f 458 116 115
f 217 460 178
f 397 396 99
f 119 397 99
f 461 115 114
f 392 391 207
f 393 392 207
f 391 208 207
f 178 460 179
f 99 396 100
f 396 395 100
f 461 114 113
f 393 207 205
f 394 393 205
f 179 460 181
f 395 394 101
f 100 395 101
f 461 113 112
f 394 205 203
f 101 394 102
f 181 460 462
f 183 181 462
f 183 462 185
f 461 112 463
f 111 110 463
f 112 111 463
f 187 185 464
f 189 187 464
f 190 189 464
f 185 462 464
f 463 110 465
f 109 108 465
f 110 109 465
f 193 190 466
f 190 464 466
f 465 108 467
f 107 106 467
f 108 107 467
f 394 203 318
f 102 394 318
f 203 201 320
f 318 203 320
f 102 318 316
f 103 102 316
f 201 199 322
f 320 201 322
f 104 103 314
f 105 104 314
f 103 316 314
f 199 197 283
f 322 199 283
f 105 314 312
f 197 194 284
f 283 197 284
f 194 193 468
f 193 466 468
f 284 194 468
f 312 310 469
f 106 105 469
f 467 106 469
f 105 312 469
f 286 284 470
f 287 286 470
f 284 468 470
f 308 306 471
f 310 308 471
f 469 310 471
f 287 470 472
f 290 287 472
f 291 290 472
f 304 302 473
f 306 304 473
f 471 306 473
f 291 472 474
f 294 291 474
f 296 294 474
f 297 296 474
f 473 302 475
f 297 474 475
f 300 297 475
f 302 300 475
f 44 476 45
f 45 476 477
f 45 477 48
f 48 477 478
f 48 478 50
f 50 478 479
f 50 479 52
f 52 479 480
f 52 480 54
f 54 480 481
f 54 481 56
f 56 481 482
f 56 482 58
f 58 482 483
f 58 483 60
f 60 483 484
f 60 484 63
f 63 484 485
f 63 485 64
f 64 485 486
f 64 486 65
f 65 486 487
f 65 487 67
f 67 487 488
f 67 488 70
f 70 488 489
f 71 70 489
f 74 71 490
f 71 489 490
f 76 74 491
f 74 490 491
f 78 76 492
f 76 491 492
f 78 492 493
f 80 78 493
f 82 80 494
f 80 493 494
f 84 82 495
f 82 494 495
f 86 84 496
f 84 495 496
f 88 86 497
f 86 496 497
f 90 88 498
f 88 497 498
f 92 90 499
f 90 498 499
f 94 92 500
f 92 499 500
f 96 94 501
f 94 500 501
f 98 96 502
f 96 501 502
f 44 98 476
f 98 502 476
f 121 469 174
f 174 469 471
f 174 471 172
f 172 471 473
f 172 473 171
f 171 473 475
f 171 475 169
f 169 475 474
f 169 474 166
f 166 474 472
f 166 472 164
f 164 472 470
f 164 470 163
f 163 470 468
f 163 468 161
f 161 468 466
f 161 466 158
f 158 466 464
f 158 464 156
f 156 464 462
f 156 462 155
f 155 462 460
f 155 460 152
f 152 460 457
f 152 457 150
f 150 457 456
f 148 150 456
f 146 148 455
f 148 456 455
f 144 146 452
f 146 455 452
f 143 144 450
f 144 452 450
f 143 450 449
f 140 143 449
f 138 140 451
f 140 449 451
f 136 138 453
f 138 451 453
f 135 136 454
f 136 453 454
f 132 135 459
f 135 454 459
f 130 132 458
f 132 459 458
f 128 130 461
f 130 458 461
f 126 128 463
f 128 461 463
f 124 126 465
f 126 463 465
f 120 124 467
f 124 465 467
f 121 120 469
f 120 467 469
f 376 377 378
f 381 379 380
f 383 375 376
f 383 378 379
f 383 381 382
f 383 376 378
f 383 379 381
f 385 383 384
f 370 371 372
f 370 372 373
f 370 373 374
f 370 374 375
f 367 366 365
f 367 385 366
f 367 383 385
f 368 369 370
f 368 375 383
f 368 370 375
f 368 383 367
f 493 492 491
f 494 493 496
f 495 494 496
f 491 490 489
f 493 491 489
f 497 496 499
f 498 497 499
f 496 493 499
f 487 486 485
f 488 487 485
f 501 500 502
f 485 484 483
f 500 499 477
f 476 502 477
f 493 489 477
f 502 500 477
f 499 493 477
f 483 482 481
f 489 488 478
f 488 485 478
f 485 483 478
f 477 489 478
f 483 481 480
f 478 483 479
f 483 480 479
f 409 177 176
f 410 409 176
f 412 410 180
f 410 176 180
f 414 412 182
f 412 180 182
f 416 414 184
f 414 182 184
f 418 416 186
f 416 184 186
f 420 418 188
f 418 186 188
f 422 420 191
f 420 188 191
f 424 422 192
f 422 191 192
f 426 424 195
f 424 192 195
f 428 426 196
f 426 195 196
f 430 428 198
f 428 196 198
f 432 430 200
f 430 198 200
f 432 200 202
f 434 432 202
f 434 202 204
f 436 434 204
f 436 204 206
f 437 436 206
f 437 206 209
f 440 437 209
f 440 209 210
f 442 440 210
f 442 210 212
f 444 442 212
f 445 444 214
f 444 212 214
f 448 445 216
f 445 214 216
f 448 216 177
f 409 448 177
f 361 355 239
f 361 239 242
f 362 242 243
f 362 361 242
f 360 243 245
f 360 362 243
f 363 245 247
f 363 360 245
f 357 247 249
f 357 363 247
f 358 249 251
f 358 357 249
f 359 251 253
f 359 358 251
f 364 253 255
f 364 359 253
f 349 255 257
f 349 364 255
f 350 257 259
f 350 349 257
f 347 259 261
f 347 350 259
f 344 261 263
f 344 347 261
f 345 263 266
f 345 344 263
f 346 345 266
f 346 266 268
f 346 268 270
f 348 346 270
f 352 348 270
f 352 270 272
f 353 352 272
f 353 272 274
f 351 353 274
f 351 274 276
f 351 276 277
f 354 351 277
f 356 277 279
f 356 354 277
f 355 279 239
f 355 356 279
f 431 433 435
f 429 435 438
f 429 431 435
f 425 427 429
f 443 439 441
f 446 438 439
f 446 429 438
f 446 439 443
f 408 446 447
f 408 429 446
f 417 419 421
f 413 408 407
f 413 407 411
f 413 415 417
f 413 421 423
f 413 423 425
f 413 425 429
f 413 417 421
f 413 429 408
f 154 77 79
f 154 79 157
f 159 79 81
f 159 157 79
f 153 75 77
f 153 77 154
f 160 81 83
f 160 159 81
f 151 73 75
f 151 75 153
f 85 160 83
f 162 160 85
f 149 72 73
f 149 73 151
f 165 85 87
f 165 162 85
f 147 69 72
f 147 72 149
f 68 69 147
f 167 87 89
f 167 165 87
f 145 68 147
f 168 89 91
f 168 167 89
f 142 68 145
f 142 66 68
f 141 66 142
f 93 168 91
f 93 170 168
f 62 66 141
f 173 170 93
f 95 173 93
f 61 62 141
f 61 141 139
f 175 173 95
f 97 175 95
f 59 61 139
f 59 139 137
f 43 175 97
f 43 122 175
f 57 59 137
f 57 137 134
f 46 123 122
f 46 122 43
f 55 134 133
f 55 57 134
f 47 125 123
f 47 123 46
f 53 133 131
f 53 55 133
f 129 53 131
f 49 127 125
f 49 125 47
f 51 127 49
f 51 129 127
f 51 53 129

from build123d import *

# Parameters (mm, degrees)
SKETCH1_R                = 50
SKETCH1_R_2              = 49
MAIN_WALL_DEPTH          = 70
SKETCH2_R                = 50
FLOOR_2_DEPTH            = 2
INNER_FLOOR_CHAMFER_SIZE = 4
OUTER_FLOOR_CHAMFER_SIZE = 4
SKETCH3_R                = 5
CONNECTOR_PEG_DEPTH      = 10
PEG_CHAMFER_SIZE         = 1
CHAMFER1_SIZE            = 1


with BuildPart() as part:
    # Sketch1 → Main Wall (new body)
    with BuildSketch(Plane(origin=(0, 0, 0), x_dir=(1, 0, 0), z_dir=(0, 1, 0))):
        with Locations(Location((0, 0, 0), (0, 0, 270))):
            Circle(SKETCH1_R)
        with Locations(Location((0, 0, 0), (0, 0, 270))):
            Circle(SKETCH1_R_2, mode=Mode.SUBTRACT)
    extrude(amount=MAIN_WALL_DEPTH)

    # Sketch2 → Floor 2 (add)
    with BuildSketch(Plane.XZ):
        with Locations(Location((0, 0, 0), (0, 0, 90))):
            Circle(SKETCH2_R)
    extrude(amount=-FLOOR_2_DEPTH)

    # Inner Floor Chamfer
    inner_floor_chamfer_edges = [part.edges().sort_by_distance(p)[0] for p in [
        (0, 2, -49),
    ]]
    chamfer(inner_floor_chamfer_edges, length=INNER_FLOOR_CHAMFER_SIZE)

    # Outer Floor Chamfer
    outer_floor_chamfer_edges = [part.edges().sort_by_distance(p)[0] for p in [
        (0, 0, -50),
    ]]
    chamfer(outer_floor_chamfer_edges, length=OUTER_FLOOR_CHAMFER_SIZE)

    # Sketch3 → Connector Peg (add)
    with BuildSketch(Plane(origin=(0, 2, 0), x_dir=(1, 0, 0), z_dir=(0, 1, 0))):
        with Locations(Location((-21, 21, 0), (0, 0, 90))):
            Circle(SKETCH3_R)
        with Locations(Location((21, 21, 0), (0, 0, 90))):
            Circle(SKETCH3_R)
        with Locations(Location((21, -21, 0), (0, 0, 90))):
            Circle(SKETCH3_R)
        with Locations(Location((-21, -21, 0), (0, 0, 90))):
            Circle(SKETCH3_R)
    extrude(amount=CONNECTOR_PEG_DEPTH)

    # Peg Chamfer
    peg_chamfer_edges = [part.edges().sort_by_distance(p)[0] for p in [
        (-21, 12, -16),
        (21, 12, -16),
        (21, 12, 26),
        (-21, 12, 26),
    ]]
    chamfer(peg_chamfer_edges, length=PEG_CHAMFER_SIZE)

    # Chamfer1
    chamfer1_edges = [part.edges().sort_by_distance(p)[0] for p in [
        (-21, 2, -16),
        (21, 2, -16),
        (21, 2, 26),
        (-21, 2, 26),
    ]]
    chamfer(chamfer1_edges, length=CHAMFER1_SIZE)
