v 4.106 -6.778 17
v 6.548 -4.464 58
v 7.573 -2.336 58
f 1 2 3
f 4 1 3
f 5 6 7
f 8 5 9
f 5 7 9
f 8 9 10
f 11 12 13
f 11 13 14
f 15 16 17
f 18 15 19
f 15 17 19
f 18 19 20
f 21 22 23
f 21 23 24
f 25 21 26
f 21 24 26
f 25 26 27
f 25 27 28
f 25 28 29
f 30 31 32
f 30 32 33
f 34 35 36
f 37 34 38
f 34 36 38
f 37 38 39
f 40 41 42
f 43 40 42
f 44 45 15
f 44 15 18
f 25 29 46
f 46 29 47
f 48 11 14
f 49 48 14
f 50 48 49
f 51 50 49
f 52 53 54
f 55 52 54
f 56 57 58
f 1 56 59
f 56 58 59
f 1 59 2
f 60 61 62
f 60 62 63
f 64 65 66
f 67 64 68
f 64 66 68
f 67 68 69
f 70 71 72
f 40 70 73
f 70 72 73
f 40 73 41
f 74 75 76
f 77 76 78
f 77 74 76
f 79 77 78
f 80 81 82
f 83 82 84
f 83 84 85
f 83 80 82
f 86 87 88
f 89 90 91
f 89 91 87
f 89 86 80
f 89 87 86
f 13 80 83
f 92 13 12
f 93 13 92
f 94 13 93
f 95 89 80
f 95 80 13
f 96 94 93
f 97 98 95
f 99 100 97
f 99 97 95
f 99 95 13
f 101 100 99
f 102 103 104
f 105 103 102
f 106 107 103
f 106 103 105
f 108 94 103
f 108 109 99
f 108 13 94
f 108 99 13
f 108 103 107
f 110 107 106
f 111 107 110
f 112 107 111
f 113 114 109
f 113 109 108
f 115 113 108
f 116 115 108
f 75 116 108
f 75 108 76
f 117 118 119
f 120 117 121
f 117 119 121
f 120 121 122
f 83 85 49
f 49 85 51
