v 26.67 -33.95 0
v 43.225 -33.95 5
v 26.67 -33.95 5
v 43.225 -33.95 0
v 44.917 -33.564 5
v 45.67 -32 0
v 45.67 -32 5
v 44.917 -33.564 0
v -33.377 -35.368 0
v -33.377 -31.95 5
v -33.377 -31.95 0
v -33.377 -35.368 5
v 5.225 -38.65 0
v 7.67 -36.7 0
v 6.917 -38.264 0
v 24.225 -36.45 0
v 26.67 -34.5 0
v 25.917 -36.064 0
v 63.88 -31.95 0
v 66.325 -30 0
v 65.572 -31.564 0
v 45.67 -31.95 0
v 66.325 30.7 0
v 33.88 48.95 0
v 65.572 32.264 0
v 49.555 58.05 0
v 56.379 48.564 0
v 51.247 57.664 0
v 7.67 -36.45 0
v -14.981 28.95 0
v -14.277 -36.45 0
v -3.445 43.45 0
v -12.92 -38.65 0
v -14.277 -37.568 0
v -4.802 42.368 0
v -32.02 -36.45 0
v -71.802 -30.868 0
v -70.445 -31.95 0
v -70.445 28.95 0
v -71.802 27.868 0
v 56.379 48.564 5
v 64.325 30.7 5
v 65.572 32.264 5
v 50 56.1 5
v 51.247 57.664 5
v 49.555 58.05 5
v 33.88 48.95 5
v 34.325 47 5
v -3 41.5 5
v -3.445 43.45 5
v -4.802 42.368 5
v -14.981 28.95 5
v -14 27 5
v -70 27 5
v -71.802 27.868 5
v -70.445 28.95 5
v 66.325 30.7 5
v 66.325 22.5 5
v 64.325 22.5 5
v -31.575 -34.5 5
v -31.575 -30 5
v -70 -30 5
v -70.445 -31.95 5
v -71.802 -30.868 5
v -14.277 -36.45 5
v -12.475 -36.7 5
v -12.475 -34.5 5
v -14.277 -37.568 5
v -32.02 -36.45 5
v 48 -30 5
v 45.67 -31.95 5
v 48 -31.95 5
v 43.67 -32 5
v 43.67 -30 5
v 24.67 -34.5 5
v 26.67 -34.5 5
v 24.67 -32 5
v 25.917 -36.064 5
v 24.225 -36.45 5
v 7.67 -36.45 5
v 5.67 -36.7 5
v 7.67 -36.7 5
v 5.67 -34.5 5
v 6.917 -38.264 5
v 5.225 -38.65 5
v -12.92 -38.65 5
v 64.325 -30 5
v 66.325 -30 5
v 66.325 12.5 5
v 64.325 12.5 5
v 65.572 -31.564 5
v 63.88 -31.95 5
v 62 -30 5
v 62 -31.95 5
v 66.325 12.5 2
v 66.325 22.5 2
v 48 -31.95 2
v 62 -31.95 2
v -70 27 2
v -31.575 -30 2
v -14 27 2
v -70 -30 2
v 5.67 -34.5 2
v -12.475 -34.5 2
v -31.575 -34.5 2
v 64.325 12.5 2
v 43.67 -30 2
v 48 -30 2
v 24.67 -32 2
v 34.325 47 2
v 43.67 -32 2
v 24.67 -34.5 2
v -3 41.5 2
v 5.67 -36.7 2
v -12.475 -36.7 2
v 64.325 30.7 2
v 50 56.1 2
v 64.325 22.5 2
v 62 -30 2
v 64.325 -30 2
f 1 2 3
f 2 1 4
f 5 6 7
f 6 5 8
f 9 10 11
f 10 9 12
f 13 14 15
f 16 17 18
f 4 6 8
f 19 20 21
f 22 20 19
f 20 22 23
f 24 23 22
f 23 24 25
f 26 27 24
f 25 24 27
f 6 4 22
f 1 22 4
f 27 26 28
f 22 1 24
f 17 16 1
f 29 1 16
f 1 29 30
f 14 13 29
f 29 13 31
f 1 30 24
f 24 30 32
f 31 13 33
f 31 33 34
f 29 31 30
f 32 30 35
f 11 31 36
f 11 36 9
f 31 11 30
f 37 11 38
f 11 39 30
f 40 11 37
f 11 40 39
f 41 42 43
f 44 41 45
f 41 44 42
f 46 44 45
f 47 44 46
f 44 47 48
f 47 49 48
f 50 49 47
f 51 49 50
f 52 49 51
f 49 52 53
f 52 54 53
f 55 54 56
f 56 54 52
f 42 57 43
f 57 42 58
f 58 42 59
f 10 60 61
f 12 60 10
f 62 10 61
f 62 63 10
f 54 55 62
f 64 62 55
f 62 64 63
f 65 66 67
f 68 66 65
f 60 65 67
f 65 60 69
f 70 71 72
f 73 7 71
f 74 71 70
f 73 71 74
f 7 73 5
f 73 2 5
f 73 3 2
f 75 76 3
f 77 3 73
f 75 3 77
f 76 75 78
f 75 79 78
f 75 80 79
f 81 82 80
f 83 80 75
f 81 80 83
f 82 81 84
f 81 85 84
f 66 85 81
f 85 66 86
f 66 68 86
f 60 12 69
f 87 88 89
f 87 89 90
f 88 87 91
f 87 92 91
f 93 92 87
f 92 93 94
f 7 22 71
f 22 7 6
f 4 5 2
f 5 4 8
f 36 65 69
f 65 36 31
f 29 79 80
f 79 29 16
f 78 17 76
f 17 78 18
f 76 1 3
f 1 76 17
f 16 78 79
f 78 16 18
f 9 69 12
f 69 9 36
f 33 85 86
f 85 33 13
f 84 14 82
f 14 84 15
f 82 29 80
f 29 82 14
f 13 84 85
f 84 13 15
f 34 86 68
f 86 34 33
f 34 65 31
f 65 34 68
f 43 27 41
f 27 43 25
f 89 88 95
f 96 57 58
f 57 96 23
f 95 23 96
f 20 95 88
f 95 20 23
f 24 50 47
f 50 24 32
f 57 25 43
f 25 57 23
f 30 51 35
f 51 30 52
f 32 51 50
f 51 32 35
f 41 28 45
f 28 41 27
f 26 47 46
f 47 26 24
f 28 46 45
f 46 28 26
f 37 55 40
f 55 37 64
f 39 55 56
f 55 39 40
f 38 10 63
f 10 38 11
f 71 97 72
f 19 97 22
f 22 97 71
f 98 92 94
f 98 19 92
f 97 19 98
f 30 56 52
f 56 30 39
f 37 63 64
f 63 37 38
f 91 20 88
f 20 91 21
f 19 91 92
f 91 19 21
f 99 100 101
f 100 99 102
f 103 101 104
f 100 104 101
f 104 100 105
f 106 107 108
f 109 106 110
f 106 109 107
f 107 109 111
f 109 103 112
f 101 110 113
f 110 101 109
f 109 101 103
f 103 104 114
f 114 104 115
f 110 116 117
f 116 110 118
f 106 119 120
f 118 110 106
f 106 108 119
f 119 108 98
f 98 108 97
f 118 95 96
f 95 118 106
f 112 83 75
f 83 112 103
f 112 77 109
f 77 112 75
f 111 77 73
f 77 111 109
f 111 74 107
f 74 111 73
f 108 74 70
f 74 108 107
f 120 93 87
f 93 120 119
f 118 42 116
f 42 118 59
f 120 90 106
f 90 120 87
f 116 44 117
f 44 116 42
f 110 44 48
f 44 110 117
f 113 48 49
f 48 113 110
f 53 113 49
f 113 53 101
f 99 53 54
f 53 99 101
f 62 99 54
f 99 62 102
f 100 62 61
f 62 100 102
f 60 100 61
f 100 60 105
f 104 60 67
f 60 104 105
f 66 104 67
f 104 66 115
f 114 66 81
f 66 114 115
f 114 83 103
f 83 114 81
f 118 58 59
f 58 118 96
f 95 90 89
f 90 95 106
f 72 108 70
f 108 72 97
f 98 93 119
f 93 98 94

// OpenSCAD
module pcb_outline()
{
    polygon(points = [
        [ 0, 0 ],
        [ 0, 57 ],
        [ 56, 57 ],
        [ 67, 71.5 ],
        [ 104.325, 77 ],
        [ 120, 86.1 ],
        [ 134.325, 60.7 ],
        [ 134.325, 0 ],
        [ 113.67, 0 ],
        [ 113.67, -2 ],
        [ 94.67, -2 ],
        [ 94.67, -4.5 ],
        [ 75.67, -4.5 ],
        [ 75.67, -6.7 ],
        [ 57.525, -6.7 ],
        [ 57.525, -4.5 ],
        [ 38.425, -4.5 ],
        [ 38.425, 0 ],
    ]);
}

module center_pcb_outline()
{
    translate([ -70, -30, 0 ])
    {
        children();
    }
}

module inner()
{
    translate([ 0, 0, 2 ])
    {
        linear_extrude(height = 8)
        {
            pcb_outline();
        }
    }
}

module outer()
{
    minkowski()
    {
        linear_extrude(height = 5)
        {
            pcb_outline();
        }
        // I don't want to add any height,
        // but it must be non-zero to work.
        cylinder(h = 0.00001, r = 2);
    }
}

module cutout()
{
    translate([ 0, 0, 2 ])
    {
        linear_extrude(10)
        {
            square(size = 10);
        }
    }
}

module trrs_cutout()
{
    translate([ 134, 42.5, 0 ])
    {
        cutout();
    }
}

module usb_cutout()
{
    translate([ 118, -9, 0 ])
    {
        translate([ 0, 0, 2 ])
        {
            linear_extrude(10)
            {
                square(size = 14);
            }
        }
    }
}

module kbd_case()
{
    difference()
    {
        outer();
        inner();
        trrs_cutout();
        usb_cutout();
    }
}

center_pcb_outline() kbd_case();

•••••

» WHAT YOU SHOULD DO
Give back exactly the lines of the listing above that run from the line with "f 284 468 470" to the line with "f 80 493 494", inclusive.

» SOLUTION FOR THIS TASK
f 284 468 470
f 308 306 471
f 310 308 471
f 469 310 471
f 287 470 472
f 290 287 472
f 291 290 472
f 304 302 473
f 306 304 473
f 471 306 473
f 291 472 474
f 294 291 474
f 296 294 474
f 297 296 474
f 473 302 475
f 297 474 475
f 300 297 475
f 302 300 475
f 44 476 45
f 45 476 477
f 45 477 48
f 48 477 478
f 48 478 50
f 50 478 479
f 50 479 52
f 52 479 480
f 52 480 54
f 54 480 481
f 54 481 56
f 56 481 482
f 56 482 58
f 58 482 483
f 58 483 60
f 60 483 484
f 60 484 63
f 63 484 485
f 63 485 64
f 64 485 486
f 64 486 65
f 65 486 487
f 65 487 67
f 67 487 488
f 67 488 70
f 70 488 489
f 71 70 489
f 74 71 490
f 71 489 490
f 76 74 491
f 74 490 491
f 78 76 492
f 76 491 492
f 78 492 493
f 80 78 493
f 82 80 494
f 80 493 494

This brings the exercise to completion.